Привычные к таким переходам лошади горцев передвигались медленно и осторожно. В некоторых местах всадникам приходилось спешиваться и идти впереди лошади, ведя ее под уздцы – настолько тесной становилась тропа.
Турпал, понимая, что тут не поспешишь, все равно нервничал, боясь не поспеть к началу подъема казаков и разместить засады. Он не вставал с лошади, как другие, а разворачивал в узких местах свое сухое жилистое тело, и садился в седле боком, свесив обе ноги на одну сторону. Постоянно оглядываясь назад на свое войско, он с тревогой отмечал, что лошади идут все медленнее и медленнее. Сказывалась и усталость и тяжелый, полный опасностей путь по горной тропе, где малейшая ошибка лошади грозила смертью и ей и ее седоку.
Но как ни долог и опасен был путь, он все же окончился выходом на перевал. Горцы устало сползали с коней и падали на уже прогретые солнцем камни. Турпал, который казался таким же бодрым, как и вначале пути, грозным шипением поднимал их и разводил по склону, показывая каждому его место.

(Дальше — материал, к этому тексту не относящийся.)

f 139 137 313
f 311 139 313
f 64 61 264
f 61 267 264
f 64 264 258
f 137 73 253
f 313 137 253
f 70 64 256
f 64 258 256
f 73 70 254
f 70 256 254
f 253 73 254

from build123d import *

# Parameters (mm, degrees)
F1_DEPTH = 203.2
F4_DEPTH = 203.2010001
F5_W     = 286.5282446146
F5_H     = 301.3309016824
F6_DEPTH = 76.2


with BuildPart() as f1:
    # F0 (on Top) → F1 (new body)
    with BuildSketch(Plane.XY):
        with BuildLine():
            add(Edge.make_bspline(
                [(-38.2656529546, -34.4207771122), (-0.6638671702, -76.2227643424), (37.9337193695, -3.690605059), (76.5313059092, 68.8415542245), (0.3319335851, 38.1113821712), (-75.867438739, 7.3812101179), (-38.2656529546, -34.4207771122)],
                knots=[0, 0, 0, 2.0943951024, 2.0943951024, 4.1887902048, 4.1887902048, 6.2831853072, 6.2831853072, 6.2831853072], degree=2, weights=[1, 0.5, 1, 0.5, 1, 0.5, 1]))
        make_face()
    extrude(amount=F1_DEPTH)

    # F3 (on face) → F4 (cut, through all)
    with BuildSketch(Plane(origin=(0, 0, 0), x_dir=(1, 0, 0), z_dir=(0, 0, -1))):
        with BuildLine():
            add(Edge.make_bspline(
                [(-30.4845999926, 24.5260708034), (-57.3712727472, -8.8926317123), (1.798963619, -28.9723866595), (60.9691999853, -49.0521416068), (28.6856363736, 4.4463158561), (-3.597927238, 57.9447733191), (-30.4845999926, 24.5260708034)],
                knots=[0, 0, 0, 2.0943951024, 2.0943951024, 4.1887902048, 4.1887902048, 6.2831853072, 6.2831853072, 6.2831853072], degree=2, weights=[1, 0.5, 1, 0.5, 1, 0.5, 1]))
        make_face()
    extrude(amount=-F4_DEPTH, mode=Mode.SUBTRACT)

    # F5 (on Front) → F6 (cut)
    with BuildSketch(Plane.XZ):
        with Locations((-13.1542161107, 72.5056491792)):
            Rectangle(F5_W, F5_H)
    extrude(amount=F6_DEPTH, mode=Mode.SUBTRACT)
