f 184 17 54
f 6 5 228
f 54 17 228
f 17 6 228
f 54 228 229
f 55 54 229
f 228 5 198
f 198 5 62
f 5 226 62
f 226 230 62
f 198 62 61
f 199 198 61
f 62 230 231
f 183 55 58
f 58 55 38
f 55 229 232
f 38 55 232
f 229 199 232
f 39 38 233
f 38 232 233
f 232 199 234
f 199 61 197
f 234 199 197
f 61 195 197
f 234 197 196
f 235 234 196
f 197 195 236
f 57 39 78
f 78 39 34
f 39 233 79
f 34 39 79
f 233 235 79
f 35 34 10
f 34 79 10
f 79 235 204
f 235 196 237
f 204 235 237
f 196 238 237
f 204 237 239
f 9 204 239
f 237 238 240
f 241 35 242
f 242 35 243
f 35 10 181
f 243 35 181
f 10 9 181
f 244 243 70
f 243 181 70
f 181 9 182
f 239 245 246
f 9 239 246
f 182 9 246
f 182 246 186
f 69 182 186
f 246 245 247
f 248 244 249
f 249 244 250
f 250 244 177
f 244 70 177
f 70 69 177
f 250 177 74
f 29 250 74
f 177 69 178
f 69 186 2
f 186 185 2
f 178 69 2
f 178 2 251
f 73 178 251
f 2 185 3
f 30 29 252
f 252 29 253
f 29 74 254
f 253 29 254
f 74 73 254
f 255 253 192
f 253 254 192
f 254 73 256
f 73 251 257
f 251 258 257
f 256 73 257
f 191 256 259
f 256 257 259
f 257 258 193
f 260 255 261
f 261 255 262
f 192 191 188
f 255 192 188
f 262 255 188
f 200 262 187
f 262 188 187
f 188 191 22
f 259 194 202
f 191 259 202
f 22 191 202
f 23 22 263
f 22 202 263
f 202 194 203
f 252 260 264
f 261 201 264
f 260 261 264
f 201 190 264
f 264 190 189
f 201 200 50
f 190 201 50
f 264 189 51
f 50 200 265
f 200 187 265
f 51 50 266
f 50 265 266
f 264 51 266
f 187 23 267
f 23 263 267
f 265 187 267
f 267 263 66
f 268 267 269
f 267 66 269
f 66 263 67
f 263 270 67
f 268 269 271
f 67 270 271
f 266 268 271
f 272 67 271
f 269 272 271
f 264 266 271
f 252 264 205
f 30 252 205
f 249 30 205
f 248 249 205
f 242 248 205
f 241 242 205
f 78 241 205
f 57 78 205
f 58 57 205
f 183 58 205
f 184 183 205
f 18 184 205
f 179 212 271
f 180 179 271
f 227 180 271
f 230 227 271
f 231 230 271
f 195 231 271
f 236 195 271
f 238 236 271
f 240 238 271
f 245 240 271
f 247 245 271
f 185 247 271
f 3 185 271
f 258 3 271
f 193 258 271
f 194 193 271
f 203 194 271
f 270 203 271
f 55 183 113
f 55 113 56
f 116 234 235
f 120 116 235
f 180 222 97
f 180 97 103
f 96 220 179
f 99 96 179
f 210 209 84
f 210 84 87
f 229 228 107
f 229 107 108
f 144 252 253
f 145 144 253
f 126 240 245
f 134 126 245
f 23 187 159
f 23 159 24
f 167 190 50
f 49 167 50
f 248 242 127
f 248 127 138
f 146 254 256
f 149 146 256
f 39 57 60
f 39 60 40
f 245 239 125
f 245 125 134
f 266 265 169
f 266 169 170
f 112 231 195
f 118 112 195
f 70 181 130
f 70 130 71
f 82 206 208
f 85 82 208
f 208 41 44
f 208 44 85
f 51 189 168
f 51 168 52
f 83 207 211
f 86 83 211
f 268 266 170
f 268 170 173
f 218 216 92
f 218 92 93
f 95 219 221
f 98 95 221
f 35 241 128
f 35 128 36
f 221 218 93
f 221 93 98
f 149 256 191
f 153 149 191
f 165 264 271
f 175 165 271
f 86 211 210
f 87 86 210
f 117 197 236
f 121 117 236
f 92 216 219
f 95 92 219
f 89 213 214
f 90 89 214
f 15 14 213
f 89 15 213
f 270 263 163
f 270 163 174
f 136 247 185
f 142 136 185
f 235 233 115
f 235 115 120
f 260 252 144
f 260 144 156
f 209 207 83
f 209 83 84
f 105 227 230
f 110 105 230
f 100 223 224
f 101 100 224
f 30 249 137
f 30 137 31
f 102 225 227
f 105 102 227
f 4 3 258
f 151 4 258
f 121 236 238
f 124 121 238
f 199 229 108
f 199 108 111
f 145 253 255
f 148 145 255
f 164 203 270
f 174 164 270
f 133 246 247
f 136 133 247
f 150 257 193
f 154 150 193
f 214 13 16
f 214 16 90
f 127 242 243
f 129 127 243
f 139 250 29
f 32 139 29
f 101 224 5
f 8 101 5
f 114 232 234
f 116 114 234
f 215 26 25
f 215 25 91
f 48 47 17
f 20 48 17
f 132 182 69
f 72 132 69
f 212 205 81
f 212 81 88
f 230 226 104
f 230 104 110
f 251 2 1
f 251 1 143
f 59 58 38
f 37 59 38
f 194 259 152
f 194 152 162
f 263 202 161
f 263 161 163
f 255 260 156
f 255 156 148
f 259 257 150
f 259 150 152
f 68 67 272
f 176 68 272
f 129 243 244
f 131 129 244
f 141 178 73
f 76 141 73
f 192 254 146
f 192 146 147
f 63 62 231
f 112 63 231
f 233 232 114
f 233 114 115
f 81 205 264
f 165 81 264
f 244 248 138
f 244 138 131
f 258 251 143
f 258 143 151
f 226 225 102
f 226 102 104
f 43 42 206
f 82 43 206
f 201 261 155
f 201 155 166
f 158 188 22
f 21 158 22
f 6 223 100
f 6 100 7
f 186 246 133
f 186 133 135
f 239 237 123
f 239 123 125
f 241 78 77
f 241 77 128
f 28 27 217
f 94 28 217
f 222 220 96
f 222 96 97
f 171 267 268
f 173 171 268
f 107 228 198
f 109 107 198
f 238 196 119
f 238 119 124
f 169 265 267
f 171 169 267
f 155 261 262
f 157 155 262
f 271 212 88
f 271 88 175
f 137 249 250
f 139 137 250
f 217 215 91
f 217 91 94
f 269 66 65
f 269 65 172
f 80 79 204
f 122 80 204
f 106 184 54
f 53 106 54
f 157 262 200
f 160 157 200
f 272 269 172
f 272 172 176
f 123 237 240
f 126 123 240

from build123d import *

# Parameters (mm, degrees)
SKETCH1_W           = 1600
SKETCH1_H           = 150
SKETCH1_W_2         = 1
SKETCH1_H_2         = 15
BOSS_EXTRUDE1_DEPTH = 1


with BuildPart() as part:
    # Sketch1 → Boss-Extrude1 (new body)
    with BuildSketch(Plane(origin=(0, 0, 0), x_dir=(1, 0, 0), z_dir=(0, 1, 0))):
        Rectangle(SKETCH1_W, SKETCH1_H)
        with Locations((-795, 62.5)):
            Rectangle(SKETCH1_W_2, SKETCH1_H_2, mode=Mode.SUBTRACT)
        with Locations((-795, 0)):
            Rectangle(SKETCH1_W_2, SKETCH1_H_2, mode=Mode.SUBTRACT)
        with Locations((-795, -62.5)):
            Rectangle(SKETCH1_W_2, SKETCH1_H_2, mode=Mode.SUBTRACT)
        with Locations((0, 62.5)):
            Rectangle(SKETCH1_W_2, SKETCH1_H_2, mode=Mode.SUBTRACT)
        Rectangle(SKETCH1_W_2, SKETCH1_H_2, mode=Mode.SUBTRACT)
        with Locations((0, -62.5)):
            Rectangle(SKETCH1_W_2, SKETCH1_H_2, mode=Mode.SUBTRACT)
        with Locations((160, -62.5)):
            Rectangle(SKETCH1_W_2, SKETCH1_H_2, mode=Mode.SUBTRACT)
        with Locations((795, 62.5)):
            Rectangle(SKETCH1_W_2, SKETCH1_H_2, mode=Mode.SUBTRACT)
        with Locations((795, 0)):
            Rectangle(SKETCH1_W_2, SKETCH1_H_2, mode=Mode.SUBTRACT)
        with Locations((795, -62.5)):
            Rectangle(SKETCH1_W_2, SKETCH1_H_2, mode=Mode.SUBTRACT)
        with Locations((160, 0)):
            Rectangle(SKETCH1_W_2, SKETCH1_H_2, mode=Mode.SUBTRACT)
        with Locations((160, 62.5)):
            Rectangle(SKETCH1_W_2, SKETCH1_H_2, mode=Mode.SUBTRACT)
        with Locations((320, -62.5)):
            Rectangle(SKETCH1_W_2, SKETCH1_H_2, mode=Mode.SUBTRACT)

Когда он развел всех воинов по засадам, солнце уже припекало во всю. Нескольких горожан, которые уже побывали в многочисленных сражениях и были опытными воинами, он выслал вперед – в узкую щель прохода, чтобы посмотреть далеко ли казаки.
Довольно потирая руки в предвкушении кровавой забавы, а иначе он себе расправу с дерзкими казаками и не представлял, Турпал обошел линию и засады и убедился, что ничто живое не минует его стрелков-лучников. Он прошел на заранее выбранное для себя место, с которого подъем с плато просматривался, как на ладони, и достал из саадака свой знаменитый лук. Когда-то, лет тридцать назад он купил этот лук у караван-баши, который вел свой караван с шелковыми тканями, диковинными фруктами, засушенными и покрытыми сладкой патокой, порохом и оружием из Китая в Аштар-Хан. Этот лук, боевая часть которого для крепости и гибкости была обложена костяными пластинками из рога антилопы, обошелся Турпалу в тридцать овец и одну корову, которых скупой караван-баши угнал с собой для пропитания караванщиков в пути. Но Турпал не жалел о потере скота, поскольку лук вот уже сколько лет служил ему безотказно. Старый охотник только иногда менял износившуюся тетиву, сплетая ее из конского волоса, хотя прежде на луке стояла тетива из воловьих жил, но секрета ее изготовления Турпал не знал. А сколько ни пытался он высушить, а затем вымочить в родниковой воде воловьи жилы, как советовал ему караван-баши, ничего у него не получалось. Жилы получались хрупкими и при растяжении лопались, как струна на домре.
Турпал снял с седла своего коня колчан с длинными, тяжелыми стрелами на крупного зверя и, удобно разместив свое оружие в вымоине за плоским массивным валуном, приготовился ждать появления урусов.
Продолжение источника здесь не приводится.